Wadley Southern Railway Co. v. Kennedy

136 Ga. 440 | Ga. | 1911

Evans, P. J.

The Wadley Southern Railway Company constructed a side-track upon its main line to serve the interests of a patron of the road, who was operating a sawmill. The railroad company delivered empty cars and received' the loaded cars on this siding, which was protected by a switch. The keys to the switch were carried by the employees of the railroad company. The employees of the sawmill firm forced out a staple in shifting the cars on the side-track, for their convenience, and left the switch in an unclosed condition; and a passenger-train ran into the switch and collided with the freight-cars, and the shock of the collision threw the plaintiff, a passenger, against a forward seat, loosening her teeth and otherwise injuring the jaw. The same train had passed along at this point at two o’clock, and was on its return trip at about seven o’clock, after dark, when it ran into the open switch. The switch was not protected by any light or other device to warn the engineer or others upon the train whether it was open or closed. The plain*441tiff recovered a verdict for $lj500, which the court refused-to set aside on motion.

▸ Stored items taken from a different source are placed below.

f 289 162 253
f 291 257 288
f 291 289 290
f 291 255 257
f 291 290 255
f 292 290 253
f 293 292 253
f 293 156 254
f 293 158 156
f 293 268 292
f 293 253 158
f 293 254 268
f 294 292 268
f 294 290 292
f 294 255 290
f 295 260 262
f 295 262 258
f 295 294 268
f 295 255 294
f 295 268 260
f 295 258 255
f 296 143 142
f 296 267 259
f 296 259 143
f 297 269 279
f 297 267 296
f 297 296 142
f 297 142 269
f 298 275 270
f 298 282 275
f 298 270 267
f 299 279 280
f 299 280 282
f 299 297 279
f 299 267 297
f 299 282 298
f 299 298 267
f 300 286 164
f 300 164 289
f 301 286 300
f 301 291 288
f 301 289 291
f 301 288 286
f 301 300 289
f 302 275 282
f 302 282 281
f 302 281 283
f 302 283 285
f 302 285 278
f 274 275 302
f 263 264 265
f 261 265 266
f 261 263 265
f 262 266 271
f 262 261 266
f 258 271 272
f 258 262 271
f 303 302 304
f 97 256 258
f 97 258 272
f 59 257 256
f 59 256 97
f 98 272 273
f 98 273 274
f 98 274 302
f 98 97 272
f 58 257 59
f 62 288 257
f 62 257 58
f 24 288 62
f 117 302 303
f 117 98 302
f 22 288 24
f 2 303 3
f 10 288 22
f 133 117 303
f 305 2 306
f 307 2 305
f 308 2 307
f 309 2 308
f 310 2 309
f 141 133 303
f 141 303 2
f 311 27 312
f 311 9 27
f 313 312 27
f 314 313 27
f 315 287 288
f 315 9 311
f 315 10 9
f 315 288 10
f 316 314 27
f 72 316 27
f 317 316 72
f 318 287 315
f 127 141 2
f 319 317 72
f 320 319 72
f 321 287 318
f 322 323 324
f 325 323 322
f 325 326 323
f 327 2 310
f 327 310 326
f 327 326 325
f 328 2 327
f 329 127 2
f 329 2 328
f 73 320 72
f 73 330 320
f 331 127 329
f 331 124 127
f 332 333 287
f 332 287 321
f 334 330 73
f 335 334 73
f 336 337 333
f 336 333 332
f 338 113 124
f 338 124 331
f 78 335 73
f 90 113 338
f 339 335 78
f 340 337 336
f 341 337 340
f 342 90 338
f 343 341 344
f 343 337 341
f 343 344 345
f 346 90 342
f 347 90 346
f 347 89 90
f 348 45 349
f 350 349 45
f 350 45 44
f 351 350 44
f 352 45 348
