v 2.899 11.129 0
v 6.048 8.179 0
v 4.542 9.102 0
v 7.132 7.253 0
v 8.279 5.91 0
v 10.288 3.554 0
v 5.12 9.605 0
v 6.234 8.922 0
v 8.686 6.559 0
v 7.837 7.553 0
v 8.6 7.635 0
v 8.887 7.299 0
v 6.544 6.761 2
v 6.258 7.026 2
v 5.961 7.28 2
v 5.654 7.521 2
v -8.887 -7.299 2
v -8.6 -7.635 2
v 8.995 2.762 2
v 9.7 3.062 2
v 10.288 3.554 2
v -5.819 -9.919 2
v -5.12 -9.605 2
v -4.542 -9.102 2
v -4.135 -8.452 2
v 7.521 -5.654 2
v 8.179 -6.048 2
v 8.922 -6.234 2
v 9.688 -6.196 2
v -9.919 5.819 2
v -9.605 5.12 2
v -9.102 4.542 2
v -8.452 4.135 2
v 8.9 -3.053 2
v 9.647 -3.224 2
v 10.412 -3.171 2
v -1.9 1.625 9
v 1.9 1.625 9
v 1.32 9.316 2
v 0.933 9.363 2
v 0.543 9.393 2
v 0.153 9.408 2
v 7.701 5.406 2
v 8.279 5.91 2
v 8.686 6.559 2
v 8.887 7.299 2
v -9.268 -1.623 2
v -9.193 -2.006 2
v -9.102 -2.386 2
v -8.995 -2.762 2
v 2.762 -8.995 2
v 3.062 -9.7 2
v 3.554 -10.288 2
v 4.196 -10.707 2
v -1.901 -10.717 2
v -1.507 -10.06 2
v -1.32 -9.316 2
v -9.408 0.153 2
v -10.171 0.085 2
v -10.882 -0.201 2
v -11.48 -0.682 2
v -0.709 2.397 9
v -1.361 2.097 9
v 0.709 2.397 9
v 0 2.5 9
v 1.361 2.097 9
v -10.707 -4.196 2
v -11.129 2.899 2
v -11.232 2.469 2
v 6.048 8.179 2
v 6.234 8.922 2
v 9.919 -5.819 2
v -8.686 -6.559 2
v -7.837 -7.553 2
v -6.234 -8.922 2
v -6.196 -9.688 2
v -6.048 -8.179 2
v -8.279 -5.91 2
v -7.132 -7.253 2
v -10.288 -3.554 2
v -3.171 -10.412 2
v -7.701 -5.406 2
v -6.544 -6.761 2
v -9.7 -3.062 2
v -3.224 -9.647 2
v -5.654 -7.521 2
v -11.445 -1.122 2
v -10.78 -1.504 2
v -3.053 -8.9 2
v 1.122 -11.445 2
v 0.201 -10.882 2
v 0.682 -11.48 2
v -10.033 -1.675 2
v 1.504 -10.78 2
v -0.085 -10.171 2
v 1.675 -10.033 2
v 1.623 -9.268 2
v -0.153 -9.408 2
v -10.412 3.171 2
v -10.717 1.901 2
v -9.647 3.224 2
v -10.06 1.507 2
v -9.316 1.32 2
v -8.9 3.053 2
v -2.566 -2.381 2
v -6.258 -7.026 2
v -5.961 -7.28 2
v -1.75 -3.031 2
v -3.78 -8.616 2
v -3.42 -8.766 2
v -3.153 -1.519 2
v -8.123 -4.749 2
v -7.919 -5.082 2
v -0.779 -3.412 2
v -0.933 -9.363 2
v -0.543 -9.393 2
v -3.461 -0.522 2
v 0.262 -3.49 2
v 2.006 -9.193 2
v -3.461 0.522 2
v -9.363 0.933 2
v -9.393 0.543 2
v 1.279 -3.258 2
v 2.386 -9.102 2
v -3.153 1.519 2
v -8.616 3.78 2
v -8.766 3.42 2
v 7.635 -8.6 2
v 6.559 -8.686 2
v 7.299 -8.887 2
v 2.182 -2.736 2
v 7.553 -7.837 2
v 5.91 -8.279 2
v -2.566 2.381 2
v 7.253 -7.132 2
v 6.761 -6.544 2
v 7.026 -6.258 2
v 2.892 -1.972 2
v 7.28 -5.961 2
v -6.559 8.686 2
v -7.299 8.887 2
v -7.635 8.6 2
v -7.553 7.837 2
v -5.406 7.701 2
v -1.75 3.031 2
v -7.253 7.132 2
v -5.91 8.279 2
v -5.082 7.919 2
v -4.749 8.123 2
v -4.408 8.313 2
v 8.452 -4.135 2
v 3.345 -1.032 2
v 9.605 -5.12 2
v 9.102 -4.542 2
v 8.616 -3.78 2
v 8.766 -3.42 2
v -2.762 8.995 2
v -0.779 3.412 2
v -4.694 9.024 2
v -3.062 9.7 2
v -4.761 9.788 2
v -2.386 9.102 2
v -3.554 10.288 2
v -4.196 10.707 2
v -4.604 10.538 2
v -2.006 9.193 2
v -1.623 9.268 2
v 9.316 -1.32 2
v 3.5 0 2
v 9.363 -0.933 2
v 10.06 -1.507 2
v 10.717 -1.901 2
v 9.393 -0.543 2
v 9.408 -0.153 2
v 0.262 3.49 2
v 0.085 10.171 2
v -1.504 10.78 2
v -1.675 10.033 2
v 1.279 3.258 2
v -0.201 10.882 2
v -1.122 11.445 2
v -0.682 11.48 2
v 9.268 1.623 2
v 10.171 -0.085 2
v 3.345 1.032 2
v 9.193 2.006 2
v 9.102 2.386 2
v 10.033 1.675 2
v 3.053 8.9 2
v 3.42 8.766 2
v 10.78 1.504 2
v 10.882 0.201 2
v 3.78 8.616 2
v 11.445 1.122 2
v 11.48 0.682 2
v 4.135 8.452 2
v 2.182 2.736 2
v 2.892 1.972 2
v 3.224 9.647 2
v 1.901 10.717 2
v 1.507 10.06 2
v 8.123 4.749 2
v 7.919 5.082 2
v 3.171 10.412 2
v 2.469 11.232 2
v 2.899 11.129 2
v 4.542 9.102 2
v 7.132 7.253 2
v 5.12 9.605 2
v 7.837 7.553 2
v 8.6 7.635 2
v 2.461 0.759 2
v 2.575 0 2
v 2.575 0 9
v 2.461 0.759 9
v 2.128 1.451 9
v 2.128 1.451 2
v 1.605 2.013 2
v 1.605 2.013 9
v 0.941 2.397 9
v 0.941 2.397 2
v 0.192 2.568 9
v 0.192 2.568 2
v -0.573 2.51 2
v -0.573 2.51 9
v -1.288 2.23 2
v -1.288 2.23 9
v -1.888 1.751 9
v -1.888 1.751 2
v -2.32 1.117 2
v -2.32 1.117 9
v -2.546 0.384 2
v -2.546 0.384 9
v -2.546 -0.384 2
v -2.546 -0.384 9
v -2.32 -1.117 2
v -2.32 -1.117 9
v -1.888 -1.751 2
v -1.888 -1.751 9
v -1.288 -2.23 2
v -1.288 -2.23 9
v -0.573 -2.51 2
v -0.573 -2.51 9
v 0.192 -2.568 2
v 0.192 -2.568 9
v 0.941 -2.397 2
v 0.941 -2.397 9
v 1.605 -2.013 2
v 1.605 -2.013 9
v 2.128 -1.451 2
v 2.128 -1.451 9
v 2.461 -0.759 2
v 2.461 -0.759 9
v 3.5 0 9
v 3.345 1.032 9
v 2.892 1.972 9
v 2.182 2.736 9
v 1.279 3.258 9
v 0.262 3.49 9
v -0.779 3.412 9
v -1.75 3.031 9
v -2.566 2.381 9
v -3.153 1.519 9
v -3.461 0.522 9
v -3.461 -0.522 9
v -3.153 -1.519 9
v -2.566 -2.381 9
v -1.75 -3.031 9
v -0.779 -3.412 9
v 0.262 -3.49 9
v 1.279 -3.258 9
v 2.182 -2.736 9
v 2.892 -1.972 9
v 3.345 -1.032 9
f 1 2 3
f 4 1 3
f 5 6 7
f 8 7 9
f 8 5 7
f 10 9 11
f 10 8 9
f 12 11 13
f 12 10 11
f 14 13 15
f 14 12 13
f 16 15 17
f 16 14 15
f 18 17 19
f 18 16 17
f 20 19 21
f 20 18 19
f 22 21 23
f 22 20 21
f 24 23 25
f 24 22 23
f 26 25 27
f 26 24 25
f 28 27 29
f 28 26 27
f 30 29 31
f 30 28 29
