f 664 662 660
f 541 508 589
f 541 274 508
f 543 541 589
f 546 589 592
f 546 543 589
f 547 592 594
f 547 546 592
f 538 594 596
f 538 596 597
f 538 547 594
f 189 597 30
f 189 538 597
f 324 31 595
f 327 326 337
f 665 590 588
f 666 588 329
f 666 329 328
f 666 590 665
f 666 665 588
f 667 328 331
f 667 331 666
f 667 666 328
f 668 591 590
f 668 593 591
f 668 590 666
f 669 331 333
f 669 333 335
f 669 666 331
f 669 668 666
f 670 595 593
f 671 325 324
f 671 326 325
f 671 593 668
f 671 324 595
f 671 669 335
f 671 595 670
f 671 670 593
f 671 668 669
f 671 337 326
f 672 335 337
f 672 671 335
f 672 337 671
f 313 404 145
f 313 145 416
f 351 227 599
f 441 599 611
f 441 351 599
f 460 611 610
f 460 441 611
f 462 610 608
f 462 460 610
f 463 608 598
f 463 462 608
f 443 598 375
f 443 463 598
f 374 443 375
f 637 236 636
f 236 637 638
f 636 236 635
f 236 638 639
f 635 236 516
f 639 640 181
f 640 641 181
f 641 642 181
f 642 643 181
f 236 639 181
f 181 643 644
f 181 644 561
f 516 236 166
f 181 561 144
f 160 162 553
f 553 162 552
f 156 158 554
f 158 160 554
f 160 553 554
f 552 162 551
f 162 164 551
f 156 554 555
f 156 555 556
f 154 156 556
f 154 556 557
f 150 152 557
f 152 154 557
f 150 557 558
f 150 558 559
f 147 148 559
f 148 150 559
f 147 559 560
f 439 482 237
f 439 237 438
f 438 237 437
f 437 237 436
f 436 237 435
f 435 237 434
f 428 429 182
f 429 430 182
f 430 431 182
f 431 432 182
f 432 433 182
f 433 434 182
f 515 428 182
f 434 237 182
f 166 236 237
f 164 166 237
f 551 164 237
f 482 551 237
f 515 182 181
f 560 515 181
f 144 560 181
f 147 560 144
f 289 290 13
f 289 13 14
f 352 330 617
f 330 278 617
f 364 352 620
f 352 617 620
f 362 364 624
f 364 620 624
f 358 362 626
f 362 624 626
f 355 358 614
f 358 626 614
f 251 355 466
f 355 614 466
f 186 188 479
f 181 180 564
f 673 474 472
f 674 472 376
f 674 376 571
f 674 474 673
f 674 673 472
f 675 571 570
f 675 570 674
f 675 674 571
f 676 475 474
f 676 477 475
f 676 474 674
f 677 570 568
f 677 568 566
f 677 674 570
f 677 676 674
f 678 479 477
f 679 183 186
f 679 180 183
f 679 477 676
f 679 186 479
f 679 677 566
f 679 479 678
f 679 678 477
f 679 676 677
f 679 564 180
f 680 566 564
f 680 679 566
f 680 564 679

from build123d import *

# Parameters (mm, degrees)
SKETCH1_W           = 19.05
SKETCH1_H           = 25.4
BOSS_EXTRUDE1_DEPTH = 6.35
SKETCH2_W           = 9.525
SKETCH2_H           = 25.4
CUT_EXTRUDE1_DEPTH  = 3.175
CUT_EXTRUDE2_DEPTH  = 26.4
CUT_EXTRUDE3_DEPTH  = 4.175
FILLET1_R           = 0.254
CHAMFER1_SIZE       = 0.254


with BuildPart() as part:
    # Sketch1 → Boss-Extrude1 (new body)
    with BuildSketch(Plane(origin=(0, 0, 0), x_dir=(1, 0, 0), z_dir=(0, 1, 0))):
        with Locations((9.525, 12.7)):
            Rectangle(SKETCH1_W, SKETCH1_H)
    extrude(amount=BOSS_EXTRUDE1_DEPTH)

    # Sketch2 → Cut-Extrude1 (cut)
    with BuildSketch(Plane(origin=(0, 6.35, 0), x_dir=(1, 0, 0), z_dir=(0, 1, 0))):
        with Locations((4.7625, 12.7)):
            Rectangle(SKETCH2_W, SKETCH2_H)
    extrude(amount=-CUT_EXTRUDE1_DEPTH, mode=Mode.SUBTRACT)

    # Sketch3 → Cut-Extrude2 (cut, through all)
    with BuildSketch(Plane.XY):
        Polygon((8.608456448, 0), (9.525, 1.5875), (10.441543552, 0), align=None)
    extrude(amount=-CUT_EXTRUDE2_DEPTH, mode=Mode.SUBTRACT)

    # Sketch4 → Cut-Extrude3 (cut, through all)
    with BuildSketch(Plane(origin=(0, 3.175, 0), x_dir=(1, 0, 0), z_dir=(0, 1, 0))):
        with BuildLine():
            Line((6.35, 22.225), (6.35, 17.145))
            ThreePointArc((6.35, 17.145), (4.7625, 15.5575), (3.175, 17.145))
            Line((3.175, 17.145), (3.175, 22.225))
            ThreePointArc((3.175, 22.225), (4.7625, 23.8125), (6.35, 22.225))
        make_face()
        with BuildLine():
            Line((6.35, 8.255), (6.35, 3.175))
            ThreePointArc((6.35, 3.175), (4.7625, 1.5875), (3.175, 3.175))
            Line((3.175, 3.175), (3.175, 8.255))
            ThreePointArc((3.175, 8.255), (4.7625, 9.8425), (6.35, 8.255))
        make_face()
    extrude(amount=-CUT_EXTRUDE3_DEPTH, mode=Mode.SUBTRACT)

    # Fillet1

1. It is complained that the court, in the summary of the railroad’s contentions, stated that the switch was left open by a party unknown. Error is assigned upon this statement of the contention, because the evidence showed that the switch was opened and left open by the employees of the lumber company, without authority of the defendant and without its knowledge. The erroneous statement by the court that the defendant contended that the switch was left open by an unknown person, when in fact the contention was that it was left open by an employee of the lumber company, could not have harmed the defendant. The carrier was insisting that it was not liable, because of the act of an unauthorized person, and whether the name of that person was known or unknown was immaterial to the actual defense set up.

2. The court charged: “On the other hand, I charge you, if you find from all the facts and circumstances of the case that the. defendant company constructed this side-track used by certain parties for the purpose of loading cars along its line for the purpose of transportation over its railway, and such parties using said switch left said switch open, negligently, and it was known to the defendant company, or could have been ascertained by them by the exercise of extraordinary care and diligence, and it was not ascertained, and they failed to exercise such care and diligence, and the wreck occurred in that way, then I charge you that that was negligence on the part of the defendant company.” This instruction is alleged to be erroneous, because it was an expression of opinion that the .enumerated facts and circumstances constituted negligence, and because it imposed upon the carrier the duty of exercising extraordinary care and diligence in the discovery of the open switch. It was but a concrete statement of the principle that the failure to exercise due care constitutes negligence, and did not amount to an expression of opinion on the facts. With respect to the criticism that the charge imposed upon the carrier the duty of exercising extraordinary care and diligence in the discovery of the open switch, we do not think that the charge is erroneous for that reason. Extraordinary care is the measure of diligence required of a railroad company towards passengers, and this degree of care in the protection of passengers applies as well to the construction *442and maintenance of tracks as to the operation of cars thereon. Macon etc. Ry. Co. v. Barnes, 113 Ga. 212 (38 S. E. 756).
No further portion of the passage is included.